━━━ EXTRACTED ENTRIES

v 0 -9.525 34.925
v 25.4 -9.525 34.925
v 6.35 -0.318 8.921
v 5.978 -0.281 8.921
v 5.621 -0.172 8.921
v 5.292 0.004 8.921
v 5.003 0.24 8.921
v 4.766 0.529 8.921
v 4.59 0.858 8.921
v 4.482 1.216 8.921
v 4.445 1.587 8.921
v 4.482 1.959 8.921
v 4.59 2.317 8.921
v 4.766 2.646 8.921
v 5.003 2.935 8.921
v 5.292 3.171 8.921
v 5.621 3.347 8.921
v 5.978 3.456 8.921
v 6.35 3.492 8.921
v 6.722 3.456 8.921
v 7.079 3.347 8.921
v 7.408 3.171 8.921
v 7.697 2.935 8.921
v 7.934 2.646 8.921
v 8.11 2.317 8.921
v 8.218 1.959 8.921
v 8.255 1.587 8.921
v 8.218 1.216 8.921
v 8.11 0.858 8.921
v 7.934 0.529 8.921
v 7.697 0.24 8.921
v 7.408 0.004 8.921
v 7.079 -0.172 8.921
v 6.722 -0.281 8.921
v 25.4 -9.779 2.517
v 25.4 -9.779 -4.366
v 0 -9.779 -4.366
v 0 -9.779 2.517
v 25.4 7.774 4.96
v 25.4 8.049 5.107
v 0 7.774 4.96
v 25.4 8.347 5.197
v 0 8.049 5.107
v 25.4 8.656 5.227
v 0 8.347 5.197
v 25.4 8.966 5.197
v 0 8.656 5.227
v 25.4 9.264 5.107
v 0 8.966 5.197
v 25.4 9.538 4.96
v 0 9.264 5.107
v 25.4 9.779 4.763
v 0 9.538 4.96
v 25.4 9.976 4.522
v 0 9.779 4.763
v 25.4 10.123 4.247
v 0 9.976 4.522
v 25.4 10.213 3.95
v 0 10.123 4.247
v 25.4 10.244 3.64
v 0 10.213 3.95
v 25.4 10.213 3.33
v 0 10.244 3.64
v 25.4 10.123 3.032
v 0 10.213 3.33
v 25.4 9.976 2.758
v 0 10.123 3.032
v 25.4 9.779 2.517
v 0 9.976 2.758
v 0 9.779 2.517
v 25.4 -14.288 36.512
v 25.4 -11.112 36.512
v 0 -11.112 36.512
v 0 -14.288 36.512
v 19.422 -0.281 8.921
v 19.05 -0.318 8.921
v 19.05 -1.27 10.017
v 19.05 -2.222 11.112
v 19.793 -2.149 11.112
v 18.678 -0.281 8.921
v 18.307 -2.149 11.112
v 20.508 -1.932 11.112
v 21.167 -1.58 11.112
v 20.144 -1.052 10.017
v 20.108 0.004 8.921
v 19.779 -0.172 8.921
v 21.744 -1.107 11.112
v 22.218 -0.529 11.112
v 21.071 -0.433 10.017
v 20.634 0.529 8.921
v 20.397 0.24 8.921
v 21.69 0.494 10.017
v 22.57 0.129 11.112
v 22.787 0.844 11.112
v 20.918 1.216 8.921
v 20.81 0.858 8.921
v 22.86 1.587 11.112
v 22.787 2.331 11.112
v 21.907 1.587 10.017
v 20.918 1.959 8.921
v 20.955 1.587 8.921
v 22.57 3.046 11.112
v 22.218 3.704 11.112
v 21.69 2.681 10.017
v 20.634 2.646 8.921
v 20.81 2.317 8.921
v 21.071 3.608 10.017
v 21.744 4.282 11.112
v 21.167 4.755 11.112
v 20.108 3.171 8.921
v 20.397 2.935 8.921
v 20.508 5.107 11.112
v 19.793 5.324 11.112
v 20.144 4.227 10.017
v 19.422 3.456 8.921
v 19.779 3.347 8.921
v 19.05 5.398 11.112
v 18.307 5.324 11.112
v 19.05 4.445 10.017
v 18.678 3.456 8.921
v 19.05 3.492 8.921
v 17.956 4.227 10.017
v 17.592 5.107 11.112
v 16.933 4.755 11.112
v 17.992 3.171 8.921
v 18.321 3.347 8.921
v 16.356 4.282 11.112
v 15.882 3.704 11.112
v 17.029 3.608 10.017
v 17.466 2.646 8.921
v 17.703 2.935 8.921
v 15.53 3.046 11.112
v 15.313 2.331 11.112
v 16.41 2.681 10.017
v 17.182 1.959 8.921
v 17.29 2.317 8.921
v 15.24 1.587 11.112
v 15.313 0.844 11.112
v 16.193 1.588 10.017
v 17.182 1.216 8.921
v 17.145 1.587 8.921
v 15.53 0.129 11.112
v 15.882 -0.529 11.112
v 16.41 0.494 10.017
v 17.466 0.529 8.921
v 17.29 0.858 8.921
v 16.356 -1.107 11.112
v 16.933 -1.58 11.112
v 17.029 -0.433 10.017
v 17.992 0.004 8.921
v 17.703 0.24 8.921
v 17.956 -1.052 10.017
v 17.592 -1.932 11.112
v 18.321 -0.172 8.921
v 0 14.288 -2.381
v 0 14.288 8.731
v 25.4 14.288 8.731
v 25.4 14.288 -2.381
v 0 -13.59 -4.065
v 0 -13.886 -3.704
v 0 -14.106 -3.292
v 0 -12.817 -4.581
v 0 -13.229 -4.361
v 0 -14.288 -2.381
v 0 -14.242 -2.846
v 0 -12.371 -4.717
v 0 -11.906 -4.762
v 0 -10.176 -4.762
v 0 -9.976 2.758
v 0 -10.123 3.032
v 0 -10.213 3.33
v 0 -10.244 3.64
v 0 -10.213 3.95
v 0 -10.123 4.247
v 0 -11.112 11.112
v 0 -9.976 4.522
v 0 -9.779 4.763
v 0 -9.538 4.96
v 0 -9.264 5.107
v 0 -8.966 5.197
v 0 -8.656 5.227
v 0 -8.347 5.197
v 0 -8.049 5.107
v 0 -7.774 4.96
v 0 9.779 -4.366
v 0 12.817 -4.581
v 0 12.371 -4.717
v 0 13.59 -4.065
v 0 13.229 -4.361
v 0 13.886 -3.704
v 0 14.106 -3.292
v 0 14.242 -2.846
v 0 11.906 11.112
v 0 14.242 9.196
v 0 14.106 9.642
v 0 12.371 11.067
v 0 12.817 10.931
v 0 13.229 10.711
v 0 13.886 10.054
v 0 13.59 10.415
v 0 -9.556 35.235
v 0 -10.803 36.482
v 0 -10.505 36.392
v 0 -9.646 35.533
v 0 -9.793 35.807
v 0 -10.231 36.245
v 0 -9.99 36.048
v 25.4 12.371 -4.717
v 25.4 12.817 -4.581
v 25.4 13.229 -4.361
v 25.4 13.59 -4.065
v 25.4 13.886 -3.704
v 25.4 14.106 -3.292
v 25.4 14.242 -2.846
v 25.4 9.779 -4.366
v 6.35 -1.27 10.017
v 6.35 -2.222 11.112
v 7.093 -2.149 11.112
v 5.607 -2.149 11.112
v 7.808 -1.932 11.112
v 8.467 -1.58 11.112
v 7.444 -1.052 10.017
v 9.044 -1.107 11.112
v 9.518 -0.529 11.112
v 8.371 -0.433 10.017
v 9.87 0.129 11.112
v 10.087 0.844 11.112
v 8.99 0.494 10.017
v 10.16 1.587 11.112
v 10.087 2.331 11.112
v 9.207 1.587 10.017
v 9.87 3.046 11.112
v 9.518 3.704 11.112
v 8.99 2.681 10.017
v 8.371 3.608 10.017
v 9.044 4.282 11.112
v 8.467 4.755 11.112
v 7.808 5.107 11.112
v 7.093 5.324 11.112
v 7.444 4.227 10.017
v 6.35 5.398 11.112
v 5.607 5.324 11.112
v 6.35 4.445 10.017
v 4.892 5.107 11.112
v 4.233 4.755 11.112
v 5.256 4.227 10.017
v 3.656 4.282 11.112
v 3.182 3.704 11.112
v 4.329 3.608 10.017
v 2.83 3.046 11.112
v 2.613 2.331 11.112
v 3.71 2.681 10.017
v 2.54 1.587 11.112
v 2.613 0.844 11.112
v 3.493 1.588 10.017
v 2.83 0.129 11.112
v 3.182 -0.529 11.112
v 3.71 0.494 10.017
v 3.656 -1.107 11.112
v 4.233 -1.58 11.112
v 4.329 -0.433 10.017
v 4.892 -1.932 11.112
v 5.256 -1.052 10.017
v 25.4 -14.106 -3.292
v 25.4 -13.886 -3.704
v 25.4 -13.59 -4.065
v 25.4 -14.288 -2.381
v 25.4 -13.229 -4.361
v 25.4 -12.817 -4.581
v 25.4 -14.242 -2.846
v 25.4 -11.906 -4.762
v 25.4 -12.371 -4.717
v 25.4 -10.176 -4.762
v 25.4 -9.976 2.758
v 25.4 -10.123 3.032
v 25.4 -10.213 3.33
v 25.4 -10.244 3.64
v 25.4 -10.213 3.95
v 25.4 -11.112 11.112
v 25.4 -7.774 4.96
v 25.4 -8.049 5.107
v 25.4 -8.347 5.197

━━━━━━

• _WORK REQUIRED_:
Going back to the entries above, set down exactly the lines that begin at the one with "v 0 -10.231 36.245" and end at the one with "v 7.093 -2.149 11.112", both included, and nothing else.

• _ANSWER BELOW_:
v 0 -10.231 36.245
v 0 -9.99 36.048
v 25.4 12.371 -4.717
v 25.4 12.817 -4.581
v 25.4 13.229 -4.361
v 25.4 13.59 -4.065
v 25.4 13.886 -3.704
v 25.4 14.106 -3.292
v 25.4 14.242 -2.846
v 25.4 9.779 -4.366
v 6.35 -1.27 10.017
v 6.35 -2.222 11.112
v 7.093 -2.149 11.112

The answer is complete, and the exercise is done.